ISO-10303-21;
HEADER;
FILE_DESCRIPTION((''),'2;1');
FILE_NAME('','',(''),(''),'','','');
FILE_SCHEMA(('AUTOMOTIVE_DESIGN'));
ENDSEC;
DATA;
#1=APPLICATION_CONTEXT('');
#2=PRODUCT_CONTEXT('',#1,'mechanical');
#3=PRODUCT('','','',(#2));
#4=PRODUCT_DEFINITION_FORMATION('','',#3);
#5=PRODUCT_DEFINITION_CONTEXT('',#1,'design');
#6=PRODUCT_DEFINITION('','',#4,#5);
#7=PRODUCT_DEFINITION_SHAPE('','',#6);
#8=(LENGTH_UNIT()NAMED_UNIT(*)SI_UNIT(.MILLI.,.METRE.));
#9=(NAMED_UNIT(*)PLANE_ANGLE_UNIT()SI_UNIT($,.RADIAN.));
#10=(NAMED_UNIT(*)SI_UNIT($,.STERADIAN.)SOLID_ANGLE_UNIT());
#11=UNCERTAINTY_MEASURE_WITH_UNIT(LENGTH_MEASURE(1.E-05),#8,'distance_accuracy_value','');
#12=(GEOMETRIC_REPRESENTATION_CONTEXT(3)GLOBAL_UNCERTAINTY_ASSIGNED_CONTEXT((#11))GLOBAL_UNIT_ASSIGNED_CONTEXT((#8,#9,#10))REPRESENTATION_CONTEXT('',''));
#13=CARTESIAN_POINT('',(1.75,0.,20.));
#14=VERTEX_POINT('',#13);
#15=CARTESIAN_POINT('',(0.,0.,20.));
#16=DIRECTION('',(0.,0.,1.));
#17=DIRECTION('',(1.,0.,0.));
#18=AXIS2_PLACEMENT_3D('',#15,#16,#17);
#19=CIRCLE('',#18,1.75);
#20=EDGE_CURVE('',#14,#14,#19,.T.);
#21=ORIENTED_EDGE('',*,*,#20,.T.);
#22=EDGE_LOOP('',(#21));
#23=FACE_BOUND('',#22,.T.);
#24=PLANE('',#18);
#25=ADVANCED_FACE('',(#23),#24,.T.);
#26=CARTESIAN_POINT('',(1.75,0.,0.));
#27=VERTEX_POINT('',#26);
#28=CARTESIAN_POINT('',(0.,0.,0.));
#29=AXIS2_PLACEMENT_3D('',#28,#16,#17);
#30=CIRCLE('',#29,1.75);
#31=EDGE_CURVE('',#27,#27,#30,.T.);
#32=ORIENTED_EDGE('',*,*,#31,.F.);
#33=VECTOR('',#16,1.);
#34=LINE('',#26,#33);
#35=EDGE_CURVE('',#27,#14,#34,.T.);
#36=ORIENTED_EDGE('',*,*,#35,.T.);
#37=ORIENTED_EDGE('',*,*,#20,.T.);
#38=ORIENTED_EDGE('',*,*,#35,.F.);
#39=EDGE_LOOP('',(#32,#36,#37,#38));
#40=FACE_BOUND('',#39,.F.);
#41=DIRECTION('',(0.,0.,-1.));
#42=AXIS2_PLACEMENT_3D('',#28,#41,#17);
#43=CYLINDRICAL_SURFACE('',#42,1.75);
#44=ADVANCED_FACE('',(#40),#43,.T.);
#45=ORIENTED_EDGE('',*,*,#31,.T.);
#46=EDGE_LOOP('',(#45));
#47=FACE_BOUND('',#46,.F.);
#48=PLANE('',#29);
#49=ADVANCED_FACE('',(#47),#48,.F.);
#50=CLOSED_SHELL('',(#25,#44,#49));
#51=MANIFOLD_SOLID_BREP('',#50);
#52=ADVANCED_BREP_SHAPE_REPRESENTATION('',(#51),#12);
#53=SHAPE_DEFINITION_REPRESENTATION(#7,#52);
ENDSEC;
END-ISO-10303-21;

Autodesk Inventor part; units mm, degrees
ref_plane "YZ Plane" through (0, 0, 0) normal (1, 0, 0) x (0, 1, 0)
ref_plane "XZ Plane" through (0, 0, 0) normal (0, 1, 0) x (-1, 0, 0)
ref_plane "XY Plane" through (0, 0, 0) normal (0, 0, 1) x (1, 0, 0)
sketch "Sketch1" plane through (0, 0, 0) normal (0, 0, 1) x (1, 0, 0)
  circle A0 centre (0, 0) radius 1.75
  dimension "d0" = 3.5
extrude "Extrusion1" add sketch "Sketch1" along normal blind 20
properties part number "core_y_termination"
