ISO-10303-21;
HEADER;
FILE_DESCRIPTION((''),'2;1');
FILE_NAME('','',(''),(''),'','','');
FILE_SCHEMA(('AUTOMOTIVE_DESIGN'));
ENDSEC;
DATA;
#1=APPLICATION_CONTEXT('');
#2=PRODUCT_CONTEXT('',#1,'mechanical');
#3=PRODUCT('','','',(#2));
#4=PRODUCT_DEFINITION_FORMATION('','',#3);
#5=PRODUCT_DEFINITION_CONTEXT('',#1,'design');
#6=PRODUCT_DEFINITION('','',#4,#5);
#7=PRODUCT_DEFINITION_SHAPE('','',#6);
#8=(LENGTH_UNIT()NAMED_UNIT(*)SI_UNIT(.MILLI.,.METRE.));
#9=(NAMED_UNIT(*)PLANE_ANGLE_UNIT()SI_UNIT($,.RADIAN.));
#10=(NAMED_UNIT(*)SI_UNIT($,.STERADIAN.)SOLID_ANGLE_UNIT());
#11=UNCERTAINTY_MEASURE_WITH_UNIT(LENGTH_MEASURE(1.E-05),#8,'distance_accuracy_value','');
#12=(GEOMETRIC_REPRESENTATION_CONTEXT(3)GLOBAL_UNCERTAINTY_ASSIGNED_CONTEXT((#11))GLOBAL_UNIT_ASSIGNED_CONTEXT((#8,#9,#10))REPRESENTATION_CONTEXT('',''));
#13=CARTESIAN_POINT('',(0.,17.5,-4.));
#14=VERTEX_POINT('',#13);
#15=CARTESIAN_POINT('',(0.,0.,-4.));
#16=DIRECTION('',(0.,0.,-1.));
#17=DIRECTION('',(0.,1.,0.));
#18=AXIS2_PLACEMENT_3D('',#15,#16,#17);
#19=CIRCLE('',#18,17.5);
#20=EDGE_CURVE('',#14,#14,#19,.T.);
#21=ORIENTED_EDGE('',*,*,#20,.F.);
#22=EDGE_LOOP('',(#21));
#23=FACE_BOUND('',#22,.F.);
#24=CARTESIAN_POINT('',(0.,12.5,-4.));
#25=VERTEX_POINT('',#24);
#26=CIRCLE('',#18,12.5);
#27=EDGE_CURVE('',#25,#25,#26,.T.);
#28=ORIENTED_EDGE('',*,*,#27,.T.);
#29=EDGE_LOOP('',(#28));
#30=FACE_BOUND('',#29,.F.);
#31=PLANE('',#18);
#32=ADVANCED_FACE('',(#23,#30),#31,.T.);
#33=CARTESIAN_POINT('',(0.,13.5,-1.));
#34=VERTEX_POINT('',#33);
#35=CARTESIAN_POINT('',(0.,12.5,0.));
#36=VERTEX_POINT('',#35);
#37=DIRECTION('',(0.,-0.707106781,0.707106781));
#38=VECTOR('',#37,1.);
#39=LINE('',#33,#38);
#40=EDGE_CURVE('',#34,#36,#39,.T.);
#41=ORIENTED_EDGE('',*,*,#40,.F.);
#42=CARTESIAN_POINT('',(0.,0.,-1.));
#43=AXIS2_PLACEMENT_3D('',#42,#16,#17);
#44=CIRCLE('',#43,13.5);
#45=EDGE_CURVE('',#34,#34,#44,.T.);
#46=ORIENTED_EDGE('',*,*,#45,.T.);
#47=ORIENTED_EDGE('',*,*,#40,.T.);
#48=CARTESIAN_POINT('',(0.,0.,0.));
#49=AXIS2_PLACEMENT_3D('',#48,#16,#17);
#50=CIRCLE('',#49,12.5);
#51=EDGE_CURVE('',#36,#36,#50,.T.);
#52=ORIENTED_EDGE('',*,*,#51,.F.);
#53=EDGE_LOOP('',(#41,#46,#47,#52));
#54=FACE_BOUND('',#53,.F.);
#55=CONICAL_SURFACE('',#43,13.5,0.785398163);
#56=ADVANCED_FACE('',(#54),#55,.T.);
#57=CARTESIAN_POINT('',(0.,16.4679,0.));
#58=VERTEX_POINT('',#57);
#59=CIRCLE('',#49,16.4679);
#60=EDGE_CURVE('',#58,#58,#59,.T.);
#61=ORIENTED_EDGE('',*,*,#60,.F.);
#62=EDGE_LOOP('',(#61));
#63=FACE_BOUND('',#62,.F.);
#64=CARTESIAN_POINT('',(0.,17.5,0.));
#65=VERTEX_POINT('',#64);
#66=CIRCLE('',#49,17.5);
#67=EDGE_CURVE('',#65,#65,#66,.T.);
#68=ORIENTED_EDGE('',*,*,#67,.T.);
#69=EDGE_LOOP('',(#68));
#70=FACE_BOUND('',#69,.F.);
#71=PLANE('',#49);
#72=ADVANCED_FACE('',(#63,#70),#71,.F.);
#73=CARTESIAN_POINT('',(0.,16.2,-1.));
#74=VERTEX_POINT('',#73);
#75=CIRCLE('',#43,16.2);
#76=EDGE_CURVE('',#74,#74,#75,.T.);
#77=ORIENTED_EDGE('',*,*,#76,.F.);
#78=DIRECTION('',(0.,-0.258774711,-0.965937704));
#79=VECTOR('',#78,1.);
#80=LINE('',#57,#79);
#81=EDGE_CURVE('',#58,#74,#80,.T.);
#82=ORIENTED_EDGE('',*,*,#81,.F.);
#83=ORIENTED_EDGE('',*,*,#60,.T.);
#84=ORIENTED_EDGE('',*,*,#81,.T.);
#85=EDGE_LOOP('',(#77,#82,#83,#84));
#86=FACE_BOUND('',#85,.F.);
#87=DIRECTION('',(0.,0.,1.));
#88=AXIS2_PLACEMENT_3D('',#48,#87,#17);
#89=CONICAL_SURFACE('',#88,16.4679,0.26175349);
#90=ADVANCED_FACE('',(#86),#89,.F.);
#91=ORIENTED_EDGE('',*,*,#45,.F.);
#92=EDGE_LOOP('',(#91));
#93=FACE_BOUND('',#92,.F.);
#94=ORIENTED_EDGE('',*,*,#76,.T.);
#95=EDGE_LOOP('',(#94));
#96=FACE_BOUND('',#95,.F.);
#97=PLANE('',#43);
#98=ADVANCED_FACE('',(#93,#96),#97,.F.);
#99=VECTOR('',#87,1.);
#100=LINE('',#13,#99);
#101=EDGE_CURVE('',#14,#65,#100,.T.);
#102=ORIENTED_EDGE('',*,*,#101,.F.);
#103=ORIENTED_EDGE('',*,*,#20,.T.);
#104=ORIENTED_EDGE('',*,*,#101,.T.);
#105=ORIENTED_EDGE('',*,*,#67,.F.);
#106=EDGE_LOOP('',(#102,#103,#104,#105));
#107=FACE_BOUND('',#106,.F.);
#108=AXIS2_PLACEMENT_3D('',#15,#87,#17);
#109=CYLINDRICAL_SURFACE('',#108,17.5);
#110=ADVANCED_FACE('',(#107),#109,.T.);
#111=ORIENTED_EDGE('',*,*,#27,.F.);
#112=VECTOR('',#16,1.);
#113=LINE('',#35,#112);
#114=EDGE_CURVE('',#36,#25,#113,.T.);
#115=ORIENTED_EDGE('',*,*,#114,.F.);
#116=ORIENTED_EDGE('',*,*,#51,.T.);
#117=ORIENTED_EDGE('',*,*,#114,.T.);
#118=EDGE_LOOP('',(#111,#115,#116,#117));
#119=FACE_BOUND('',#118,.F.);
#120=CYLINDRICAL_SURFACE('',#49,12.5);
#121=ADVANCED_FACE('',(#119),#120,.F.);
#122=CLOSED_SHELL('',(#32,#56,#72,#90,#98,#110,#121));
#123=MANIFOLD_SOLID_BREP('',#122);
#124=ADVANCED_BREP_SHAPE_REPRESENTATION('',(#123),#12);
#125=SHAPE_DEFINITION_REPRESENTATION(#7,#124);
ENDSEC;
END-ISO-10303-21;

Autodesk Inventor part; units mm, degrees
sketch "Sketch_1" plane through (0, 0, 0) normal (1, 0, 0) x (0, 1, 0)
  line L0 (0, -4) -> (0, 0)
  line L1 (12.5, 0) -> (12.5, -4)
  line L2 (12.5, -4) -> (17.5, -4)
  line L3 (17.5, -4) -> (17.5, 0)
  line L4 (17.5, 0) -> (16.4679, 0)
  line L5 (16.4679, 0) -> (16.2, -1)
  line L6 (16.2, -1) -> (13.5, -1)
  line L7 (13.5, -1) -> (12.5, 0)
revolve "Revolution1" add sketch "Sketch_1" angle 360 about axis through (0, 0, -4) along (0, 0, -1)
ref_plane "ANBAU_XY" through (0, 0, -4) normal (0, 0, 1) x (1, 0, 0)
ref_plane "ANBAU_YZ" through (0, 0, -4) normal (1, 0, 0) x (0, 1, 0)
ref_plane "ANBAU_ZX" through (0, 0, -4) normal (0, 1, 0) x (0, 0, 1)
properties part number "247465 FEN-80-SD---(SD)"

———

* Task details:
Go back to the start of the listing above. Reproduce each line exactly, ending with the line that contains "#25=ADVANCED_FACE('',(#23),#24,.T.);".

* Response box:
ISO-10303-21;
HEADER;
FILE_DESCRIPTION((''),'2;1');
FILE_NAME('','',(''),(''),'','','');
FILE_SCHEMA(('AUTOMOTIVE_DESIGN'));
ENDSEC;
DATA;
#1=APPLICATION_CONTEXT('');
#2=PRODUCT_CONTEXT('',#1,'mechanical');
#3=PRODUCT('','','',(#2));
#4=PRODUCT_DEFINITION_FORMATION('','',#3);
#5=PRODUCT_DEFINITION_CONTEXT('',#1,'design');
#6=PRODUCT_DEFINITION('','',#4,#5);
#7=PRODUCT_DEFINITION_SHAPE('','',#6);
#8=(LENGTH_UNIT()NAMED_UNIT(*)SI_UNIT(.MILLI.,.METRE.));
#9=(NAMED_UNIT(*)PLANE_ANGLE_UNIT()SI_UNIT($,.RADIAN.));
#10=(NAMED_UNIT(*)SI_UNIT($,.STERADIAN.)SOLID_ANGLE_UNIT());
#11=UNCERTAINTY_MEASURE_WITH_UNIT(LENGTH_MEASURE(1.E-05),#8,'distance_accuracy_value','');
#12=(GEOMETRIC_REPRESENTATION_CONTEXT(3)GLOBAL_UNCERTAINTY_ASSIGNED_CONTEXT((#11))GLOBAL_UNIT_ASSIGNED_CONTEXT((#8,#9,#10))REPRESENTATION_CONTEXT('',''));
#13=CARTESIAN_POINT('',(1.75,0.,20.));
#14=VERTEX_POINT('',#13);
#15=CARTESIAN_POINT('',(0.,0.,20.));
#16=DIRECTION('',(0.,0.,1.));
#17=DIRECTION('',(1.,0.,0.));
#18=AXIS2_PLACEMENT_3D('',#15,#16,#17);
#19=CIRCLE('',#18,1.75);
#20=EDGE_CURVE('',#14,#14,#19,.T.);
#21=ORIENTED_EDGE('',*,*,#20,.T.);
#22=EDGE_LOOP('',(#21));
#23=FACE_BOUND('',#22,.T.);
#24=PLANE('',#18);
#25=ADVANCED_FACE('',(#23),#24,.T.);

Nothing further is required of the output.